▶ [TASK BRIEF] Please output the section of the listing below that opens with the line containing "extrude(amount=EXTRUSION1_DEPTH)" and closes with the line containing "z_dir=(1, 0, 0))))", exactly and with nothing else.

▶ [EXERCISE INPUTS]
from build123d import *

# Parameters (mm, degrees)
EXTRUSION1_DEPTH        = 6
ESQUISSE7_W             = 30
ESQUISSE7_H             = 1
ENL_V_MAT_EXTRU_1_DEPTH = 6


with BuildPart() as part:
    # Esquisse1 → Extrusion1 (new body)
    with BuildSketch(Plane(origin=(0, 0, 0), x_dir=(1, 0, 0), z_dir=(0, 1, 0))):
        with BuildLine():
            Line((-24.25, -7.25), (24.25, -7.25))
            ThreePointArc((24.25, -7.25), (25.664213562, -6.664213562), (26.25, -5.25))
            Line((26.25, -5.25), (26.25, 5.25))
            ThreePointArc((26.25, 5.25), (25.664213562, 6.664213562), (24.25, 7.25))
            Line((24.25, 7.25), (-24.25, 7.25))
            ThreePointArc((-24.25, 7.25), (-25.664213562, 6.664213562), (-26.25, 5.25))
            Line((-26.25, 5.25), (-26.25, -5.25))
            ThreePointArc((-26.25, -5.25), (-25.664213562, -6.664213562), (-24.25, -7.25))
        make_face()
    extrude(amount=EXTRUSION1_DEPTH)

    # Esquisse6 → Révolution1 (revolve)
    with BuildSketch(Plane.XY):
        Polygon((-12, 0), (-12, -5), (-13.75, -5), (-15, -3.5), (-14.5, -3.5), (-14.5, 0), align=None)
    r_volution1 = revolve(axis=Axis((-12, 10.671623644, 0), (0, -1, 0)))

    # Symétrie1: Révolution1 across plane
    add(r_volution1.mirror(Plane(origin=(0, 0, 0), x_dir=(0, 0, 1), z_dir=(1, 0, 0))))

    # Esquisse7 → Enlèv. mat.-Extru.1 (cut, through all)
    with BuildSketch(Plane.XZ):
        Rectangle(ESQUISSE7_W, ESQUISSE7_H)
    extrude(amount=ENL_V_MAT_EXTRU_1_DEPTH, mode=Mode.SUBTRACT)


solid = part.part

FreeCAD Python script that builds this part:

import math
import FreeCAD as App
import Part
import Sketcher
from FreeCAD import Vector

doc = App.newDocument("Part")
params = doc.addObject("Spreadsheet::Sheet", "Params")
for row, (alias, value) in enumerate([
    ("sketch1_radius", "2 mm"),
    ("sketch1_width", "48.5 mm"),
    ("sketch1_height", "10.5 mm"),
    ("pad1_length", "6 mm"),
    ("sketch2_height", "5 mm"),
    ("sketch2_width", "2.5 mm"),
    ("sketch2_width2", "0.5 mm"),
    ("sketch2_height2", "3.5 mm"),
    ("sketch2_width3", "1.75 mm"),
    ("revolution_angle", "360 deg"),
    ("sketch3_width", "30 mm"),
    ("sketch3_height", "1 mm"),
], start=1):
    params.set(f"A{row}", alias)
    params.set(f"B{row}", "=" + value)
    params.setAlias(f"B{row}", alias)

body = doc.addObject("PartDesign::Body", "Body")

sketch1 = body.newObject("Sketcher::SketchObject", "Sketch")
sketch1.AttachmentSupport = (doc.getObject("XZ_Plane"), [""])
sketch1.MapMode = "FlatFace"
sketch1.addGeometry([
    Part.LineSegment(Vector(-24.25, 7.25, 0), Vector(24.25, 7.25, 0)),
    Part.ArcOfCircle(Part.Circle(Vector(24.25, 5.25, 0), Vector(0, 0, 1), 2), math.radians(0), math.radians(90)),
    Part.LineSegment(Vector(26.25, 5.25, 0), Vector(26.25, -5.25, 0)),
    Part.ArcOfCircle(Part.Circle(Vector(24.25, -5.25, 0), Vector(0, 0, 1), 2), math.radians(-90), math.radians(0)),
    Part.LineSegment(Vector(24.25, -7.25, 0), Vector(-24.25, -7.25, 0)),
    Part.ArcOfCircle(Part.Circle(Vector(-24.25, -5.25, 0), Vector(0, 0, 1), 2), math.radians(-180), math.radians(-90)),
    Part.LineSegment(Vector(-26.25, -5.25, 0), Vector(-26.25, 5.25, 0)),
    Part.ArcOfCircle(Part.Circle(Vector(-24.25, 5.25, 0), Vector(0, 0, 1), 2), math.radians(90), math.radians(180)),
], False)
sketch1.addConstraint([
    Sketcher.Constraint("Tangent", 0, 2, 1, 2),
    Sketcher.Constraint("Tangent", 1, 1, 2, 1),
    Sketcher.Constraint("Tangent", 2, 2, 3, 2),
    Sketcher.Constraint("Tangent", 3, 1, 4, 1),
    Sketcher.Constraint("Tangent", 4, 2, 5, 2),
    Sketcher.Constraint("Tangent", 5, 1, 6, 1),
    Sketcher.Constraint("Tangent", 6, 2, 7, 2),
    Sketcher.Constraint("Tangent", 7, 1, 0, 1),
    Sketcher.Constraint("Horizontal", 0),
    Sketcher.Constraint("Vertical", 2),
    Sketcher.Constraint("Horizontal", 4),
    Sketcher.Constraint("Vertical", 6),
    Sketcher.Constraint("Equal", 1, 3),
    Sketcher.Constraint("Equal", 3, 5),
    Sketcher.Constraint("Equal", 5, 7),
    Sketcher.Constraint("Symmetric", 1, 3, 5, 3, -1, 1),
    Sketcher.Constraint("Radius", 1, 2.0),
    Sketcher.Constraint("DistanceX", 0, 1, 0, 2, 48.5),
    Sketcher.Constraint("DistanceY", 2, 2, 2, 1, 10.5),
])
sketch1.setExpression("Constraints[16]", "Params.sketch1_radius")
sketch1.setExpression("Constraints[17]", "Params.sketch1_width")
sketch1.setExpression("Constraints[18]", "Params.sketch1_height")
pad1 = body.newObject("PartDesign::Pad", "Pad")
pad1.Profile = sketch1
pad1.setExpression("Length", "Params.pad1_length")
pad1.Reversed = True

sketch2 = body.newObject("Sketcher::SketchObject", "Sketch001")
sketch2.AttachmentSupport = (doc.getObject("XY_Plane"), [""])
sketch2.MapMode = "FlatFace"
sketch2.addGeometry([
    Part.LineSegment(Vector(-12, -5, 0), Vector(-12, 0, 0)),
    Part.LineSegment(Vector(-12, 0, 0), Vector(-14.5, 0, 0)),
    Part.LineSegment(Vector(-14.5, 0, 0), Vector(-14.5, -3.5, 0)),
    Part.LineSegment(Vector(-14.5, -3.5, 0), Vector(-15, -3.5, 0)),
    Part.LineSegment(Vector(-15, -3.5, 0), Vector(-13.75, -5, 0)),
    Part.LineSegment(Vector(-13.75, -5, 0), Vector(-12, -5, 0)),
], False)
sketch2.addGeometry(Part.LineSegment(Vector(-12, 0, 0), Vector(-12, -5, 0)), True)
sketch2.addConstraint([
    Sketcher.Constraint("Coincident", 0, 2, 1, 1),
    Sketcher.Constraint("Coincident", 1, 2, 2, 1),
    Sketcher.Constraint("Coincident", 2, 2, 3, 1),
    Sketcher.Constraint("Coincident", 3, 2, 4, 1),
    Sketcher.Constraint("Coincident", 4, 2, 5, 1),
    Sketcher.Constraint("Coincident", 5, 2, 0, 1),
    Sketcher.Constraint("Vertical", 0),
    Sketcher.Constraint("Horizontal", 1),
    Sketcher.Constraint("Vertical", 2),
    Sketcher.Constraint("Horizontal", 3),
    Sketcher.Constraint("Horizontal", 5),
    Sketcher.Constraint("Vertical", 6),
    Sketcher.Constraint("Coincident", 6, 1, 0, 2),
    Sketcher.Constraint("PointOnObject", 0, 2, -1),
    Sketcher.Constraint("Horizontal", 4, 2, 6, 2),
    Sketcher.Constraint("DistanceY", 0, 1, 0, 2, 5.0),
    Sketcher.Constraint("DistanceX", 1, 2, 1, 1, 2.5),
    Sketcher.Constraint("DistanceX", 3, 2, 3, 1, 0.5),
    Sketcher.Constraint("DistanceY", 2, 2, 2, 1, 3.5),
    Sketcher.Constraint("DistanceX", 0, 2, -1, 1, 12.0),
    Sketcher.Constraint("DistanceX", 5, 1, 5, 2, 1.75),
])
sketch2.setExpression("Constraints[15]", "Params.sketch2_height")
sketch2.setExpression("Constraints[16]", "Params.sketch2_width")
sketch2.setExpression("Constraints[17]", "Params.sketch2_width2")
sketch2.setExpression("Constraints[18]", "Params.sketch2_height2")
sketch2.setExpression("Constraints[20]", "Params.sketch2_width3")
revolution = body.newObject("PartDesign::Revolution", "Revolution")
revolution.Profile = sketch2
revolution.ReferenceAxis = (sketch2, ["Axis0"])
revolution.setExpression("Angle", "Params.revolution_angle")
doc.recompute()

mirrored = body.newObject("PartDesign::Mirrored", "Mirrored")
mirrored.Originals = [revolution]
mirrored.MirrorPlane = (doc.getObject("YZ_Plane"), [""])
body.Tip = mirrored

sketch3 = body.newObject("Sketcher::SketchObject", "Sketch002")
sketch3.AttachmentSupport = (doc.getObject("XZ_Plane"), [""])
sketch3.MapMode = "FlatFace"
sketch3.addGeometry([
    Part.LineSegment(Vector(-15, 0.5, 0), Vector(-15, -0.5, 0)),
    Part.LineSegment(Vector(-15, -0.5, 0), Vector(15, -0.5, 0)),
    Part.LineSegment(Vector(15, -0.5, 0), Vector(15, 0.5, 0)),
    Part.LineSegment(Vector(15, 0.5, 0), Vector(-15, 0.5, 0)),
], False)
sketch3.addConstraint([
    Sketcher.Constraint("Coincident", 0, 2, 1, 1),
    Sketcher.Constraint("Coincident", 1, 2, 2, 1),
    Sketcher.Constraint("Coincident", 2, 2, 3, 1),
    Sketcher.Constraint("Coincident", 3, 2, 0, 1),
    Sketcher.Constraint("Vertical", 0),
    Sketcher.Constraint("Horizontal", 1),
    Sketcher.Constraint("Vertical", 2),
    Sketcher.Constraint("Horizontal", 3),
    Sketcher.Constraint("Symmetric", 0, 2, 2, 2, -1, 1),
    Sketcher.Constraint("DistanceX", 1, 1, 1, 2, 30.0),
    Sketcher.Constraint("DistanceY", 0, 2, 0, 1, 1.0),
])
sketch3.setExpression("Constraints[9]", "Params.sketch3_width")
sketch3.setExpression("Constraints[10]", "Params.sketch3_height")
pocket1 = body.newObject("PartDesign::Pocket", "Pocket")
pocket1.Profile = sketch3
pocket1.Type = "ThroughAll"
pocket1.Reversed = True

doc.recompute()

▶ [SOLUTION FOR THIS PROBLEM]
    extrude(amount=EXTRUSION1_DEPTH)

    # Esquisse6 → Révolution1 (revolve)
    with BuildSketch(Plane.XY):
        Polygon((-12, 0), (-12, -5), (-13.75, -5), (-15, -3.5), (-14.5, -3.5), (-14.5, 0), align=None)
    r_volution1 = revolve(axis=Axis((-12, 10.671623644, 0), (0, -1, 0)))

    # Symétrie1: Révolution1 across plane
    add(r_volution1.mirror(Plane(origin=(0, 0, 0), x_dir=(0, 0, 1), z_dir=(1, 0, 0))))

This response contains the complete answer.